§ Problem
The answer is one number: how many lines in the data below hold "Locations".
Supplied information below:
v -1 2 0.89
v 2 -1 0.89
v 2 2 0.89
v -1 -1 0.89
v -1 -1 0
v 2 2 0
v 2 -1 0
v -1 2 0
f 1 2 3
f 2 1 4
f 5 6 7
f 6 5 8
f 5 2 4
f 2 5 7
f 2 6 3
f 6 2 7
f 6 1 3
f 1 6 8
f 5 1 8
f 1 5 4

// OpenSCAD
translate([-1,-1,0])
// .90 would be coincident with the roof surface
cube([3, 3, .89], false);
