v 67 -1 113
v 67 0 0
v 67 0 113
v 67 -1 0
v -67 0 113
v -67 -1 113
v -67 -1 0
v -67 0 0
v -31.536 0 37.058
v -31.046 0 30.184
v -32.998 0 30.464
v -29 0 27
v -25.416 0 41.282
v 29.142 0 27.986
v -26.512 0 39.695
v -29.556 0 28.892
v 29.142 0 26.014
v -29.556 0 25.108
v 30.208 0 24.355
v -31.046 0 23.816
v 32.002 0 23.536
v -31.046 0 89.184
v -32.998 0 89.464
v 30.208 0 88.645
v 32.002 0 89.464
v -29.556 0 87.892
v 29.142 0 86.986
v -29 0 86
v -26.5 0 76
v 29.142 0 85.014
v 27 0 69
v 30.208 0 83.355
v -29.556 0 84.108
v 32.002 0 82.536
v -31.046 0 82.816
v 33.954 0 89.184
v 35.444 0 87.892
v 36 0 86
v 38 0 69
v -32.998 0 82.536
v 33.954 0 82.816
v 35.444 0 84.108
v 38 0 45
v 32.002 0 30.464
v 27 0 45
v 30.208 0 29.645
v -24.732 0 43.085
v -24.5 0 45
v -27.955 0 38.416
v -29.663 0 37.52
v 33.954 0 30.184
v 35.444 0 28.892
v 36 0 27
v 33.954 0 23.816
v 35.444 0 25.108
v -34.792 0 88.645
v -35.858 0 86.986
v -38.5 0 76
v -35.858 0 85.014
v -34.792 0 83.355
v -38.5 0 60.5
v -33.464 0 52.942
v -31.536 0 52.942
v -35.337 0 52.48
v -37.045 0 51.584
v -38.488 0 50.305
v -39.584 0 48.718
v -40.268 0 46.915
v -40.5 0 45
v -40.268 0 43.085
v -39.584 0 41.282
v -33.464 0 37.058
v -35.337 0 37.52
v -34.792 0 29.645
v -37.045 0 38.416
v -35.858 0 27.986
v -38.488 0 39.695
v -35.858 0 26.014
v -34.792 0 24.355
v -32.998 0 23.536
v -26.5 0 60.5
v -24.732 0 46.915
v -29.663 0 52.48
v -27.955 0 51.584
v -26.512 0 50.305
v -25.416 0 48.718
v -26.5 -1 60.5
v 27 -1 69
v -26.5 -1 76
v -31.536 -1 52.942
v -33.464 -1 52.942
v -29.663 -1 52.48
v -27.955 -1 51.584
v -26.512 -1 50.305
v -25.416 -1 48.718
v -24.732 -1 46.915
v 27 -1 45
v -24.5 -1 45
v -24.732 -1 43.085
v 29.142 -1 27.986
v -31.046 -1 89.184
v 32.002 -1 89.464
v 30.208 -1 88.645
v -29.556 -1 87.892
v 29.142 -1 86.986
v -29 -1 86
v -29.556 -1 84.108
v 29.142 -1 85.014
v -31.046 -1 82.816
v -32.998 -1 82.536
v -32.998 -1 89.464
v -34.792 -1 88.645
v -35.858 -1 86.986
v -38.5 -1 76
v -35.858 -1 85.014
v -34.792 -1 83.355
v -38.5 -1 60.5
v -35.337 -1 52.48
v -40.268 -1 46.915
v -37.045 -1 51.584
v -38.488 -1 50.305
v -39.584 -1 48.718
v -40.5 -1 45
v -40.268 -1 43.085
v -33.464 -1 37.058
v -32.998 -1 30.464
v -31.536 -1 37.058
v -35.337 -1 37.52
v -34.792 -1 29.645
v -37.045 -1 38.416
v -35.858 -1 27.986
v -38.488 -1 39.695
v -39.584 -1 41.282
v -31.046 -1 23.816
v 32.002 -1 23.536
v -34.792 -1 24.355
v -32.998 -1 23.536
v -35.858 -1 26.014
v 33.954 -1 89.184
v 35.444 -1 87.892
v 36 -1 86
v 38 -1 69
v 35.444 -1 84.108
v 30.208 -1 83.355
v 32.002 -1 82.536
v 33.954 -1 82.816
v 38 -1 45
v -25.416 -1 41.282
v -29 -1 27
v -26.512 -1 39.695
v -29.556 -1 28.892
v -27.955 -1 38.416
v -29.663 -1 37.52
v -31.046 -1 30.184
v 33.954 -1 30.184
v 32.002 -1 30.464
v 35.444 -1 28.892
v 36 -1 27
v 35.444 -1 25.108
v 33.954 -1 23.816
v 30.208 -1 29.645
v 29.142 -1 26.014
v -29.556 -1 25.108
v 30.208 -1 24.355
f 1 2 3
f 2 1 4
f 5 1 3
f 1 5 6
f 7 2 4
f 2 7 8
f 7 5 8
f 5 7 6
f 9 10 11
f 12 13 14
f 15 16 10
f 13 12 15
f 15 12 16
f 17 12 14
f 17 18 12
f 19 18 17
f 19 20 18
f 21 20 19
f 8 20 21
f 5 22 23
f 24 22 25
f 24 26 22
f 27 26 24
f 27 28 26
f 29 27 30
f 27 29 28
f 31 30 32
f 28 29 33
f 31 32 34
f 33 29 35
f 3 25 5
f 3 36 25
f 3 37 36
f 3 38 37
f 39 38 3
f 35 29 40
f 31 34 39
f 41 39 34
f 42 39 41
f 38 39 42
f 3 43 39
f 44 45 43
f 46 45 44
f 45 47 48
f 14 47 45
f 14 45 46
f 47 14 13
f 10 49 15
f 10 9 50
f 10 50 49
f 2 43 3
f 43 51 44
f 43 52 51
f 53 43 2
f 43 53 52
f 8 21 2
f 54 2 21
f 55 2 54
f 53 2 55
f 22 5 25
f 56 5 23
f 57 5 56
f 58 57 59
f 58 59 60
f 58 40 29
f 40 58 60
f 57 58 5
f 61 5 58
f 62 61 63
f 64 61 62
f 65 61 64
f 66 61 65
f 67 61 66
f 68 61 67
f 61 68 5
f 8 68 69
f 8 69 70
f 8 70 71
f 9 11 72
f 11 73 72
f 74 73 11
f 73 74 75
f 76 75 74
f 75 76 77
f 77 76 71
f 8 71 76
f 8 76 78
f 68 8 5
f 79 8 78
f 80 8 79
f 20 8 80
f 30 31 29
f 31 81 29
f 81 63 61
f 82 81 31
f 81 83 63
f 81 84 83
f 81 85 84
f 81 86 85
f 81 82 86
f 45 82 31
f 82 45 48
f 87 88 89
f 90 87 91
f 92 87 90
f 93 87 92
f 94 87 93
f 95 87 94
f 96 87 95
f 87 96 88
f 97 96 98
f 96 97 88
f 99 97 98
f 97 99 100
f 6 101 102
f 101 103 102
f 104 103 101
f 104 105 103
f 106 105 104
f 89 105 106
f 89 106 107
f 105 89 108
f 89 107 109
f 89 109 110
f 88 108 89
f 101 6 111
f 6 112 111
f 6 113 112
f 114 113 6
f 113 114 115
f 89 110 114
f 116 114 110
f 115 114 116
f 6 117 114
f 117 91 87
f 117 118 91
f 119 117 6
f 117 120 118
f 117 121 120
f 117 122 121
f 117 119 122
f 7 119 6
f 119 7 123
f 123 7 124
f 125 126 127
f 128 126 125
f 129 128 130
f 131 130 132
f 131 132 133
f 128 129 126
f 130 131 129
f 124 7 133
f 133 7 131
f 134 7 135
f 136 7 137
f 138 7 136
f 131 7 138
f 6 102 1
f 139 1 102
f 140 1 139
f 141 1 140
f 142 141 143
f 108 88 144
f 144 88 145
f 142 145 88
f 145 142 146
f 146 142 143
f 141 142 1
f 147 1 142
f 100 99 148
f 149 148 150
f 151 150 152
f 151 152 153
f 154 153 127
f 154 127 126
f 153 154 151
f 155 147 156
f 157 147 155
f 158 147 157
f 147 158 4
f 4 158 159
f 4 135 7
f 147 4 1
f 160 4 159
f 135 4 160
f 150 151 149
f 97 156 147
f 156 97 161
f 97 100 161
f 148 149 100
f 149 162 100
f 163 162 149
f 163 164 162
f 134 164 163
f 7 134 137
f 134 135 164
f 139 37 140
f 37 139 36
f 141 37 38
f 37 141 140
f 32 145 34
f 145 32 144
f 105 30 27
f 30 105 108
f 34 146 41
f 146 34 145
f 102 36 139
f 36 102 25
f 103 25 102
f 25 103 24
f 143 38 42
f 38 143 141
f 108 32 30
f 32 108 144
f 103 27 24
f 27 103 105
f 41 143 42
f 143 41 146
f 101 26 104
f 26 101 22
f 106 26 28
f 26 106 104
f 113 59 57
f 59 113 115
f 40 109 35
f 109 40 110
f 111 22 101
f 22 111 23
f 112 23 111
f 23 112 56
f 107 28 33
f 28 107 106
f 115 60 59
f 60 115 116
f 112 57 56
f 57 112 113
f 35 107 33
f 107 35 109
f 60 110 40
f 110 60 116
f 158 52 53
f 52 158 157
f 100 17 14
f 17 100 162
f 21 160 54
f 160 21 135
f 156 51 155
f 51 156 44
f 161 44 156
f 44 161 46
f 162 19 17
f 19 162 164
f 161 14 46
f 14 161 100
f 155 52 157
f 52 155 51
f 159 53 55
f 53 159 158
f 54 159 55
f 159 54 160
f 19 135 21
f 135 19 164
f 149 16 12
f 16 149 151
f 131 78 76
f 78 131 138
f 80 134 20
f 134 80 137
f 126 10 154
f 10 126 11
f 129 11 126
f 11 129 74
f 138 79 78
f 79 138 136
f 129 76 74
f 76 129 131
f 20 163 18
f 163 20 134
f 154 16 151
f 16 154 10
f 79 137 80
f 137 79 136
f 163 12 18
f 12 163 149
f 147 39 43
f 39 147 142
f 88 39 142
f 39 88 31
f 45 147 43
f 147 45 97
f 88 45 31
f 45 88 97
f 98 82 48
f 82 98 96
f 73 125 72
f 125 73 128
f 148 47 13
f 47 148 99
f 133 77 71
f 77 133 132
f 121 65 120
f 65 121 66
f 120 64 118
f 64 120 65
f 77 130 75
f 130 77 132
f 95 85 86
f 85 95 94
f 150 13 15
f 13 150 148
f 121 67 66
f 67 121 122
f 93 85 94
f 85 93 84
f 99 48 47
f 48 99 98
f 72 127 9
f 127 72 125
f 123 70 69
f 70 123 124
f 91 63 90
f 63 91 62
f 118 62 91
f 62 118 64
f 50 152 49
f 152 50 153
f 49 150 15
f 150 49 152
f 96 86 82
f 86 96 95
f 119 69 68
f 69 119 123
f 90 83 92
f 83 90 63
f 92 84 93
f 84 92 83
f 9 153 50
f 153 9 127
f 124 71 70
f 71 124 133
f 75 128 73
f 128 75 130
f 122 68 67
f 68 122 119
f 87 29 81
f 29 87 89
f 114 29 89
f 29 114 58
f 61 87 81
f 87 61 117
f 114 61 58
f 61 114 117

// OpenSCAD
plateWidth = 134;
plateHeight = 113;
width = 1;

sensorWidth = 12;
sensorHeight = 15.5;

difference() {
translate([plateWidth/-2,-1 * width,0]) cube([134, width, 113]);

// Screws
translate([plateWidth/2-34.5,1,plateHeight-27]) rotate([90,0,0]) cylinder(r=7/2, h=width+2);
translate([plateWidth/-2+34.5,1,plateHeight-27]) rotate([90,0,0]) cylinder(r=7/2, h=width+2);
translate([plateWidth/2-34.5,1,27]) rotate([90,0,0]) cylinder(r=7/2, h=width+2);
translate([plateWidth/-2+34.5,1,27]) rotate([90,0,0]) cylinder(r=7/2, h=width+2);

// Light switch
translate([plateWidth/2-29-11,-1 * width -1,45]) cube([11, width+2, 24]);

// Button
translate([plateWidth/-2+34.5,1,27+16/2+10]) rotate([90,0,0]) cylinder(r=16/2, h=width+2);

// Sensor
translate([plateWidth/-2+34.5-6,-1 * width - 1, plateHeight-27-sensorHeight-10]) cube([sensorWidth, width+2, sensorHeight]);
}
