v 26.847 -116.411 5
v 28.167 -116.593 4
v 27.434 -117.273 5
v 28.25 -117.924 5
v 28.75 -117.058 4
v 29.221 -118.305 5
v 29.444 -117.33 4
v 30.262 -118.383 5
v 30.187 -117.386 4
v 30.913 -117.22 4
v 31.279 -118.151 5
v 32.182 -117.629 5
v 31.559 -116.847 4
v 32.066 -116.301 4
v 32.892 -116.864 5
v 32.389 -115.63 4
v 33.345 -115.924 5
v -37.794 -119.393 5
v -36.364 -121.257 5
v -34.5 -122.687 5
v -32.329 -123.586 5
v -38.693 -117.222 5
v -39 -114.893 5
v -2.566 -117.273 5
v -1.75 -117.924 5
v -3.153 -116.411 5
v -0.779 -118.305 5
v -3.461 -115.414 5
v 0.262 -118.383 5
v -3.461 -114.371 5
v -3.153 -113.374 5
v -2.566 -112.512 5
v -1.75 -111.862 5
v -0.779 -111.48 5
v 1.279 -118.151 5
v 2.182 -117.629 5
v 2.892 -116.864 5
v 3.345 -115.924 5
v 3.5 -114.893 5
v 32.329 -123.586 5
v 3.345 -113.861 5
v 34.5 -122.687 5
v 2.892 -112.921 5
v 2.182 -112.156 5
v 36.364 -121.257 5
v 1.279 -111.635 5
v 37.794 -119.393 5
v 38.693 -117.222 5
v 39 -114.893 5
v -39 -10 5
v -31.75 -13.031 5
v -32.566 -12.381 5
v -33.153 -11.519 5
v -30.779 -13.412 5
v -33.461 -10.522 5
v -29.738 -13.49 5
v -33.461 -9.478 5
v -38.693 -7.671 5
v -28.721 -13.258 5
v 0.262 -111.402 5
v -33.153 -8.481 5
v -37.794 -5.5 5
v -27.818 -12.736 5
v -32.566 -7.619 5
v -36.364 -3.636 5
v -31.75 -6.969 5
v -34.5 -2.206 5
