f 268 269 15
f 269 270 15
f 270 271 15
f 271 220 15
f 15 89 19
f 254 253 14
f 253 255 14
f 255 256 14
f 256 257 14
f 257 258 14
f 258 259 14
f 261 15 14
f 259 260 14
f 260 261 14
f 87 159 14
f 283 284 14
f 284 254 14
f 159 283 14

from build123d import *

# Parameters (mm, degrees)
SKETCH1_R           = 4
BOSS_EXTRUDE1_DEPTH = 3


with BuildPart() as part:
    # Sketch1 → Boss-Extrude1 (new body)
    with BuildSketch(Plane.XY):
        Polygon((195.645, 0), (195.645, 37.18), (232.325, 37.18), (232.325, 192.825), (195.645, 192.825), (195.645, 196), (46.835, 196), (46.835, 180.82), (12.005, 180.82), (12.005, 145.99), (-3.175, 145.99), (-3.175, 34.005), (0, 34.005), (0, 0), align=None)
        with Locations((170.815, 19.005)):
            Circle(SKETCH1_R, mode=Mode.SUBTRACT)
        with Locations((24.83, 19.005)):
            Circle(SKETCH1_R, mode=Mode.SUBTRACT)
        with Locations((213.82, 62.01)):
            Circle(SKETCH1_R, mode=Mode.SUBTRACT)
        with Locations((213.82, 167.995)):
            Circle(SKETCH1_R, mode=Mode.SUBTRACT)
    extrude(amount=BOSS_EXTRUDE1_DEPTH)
End of Supplied information.
§ Exercise result
4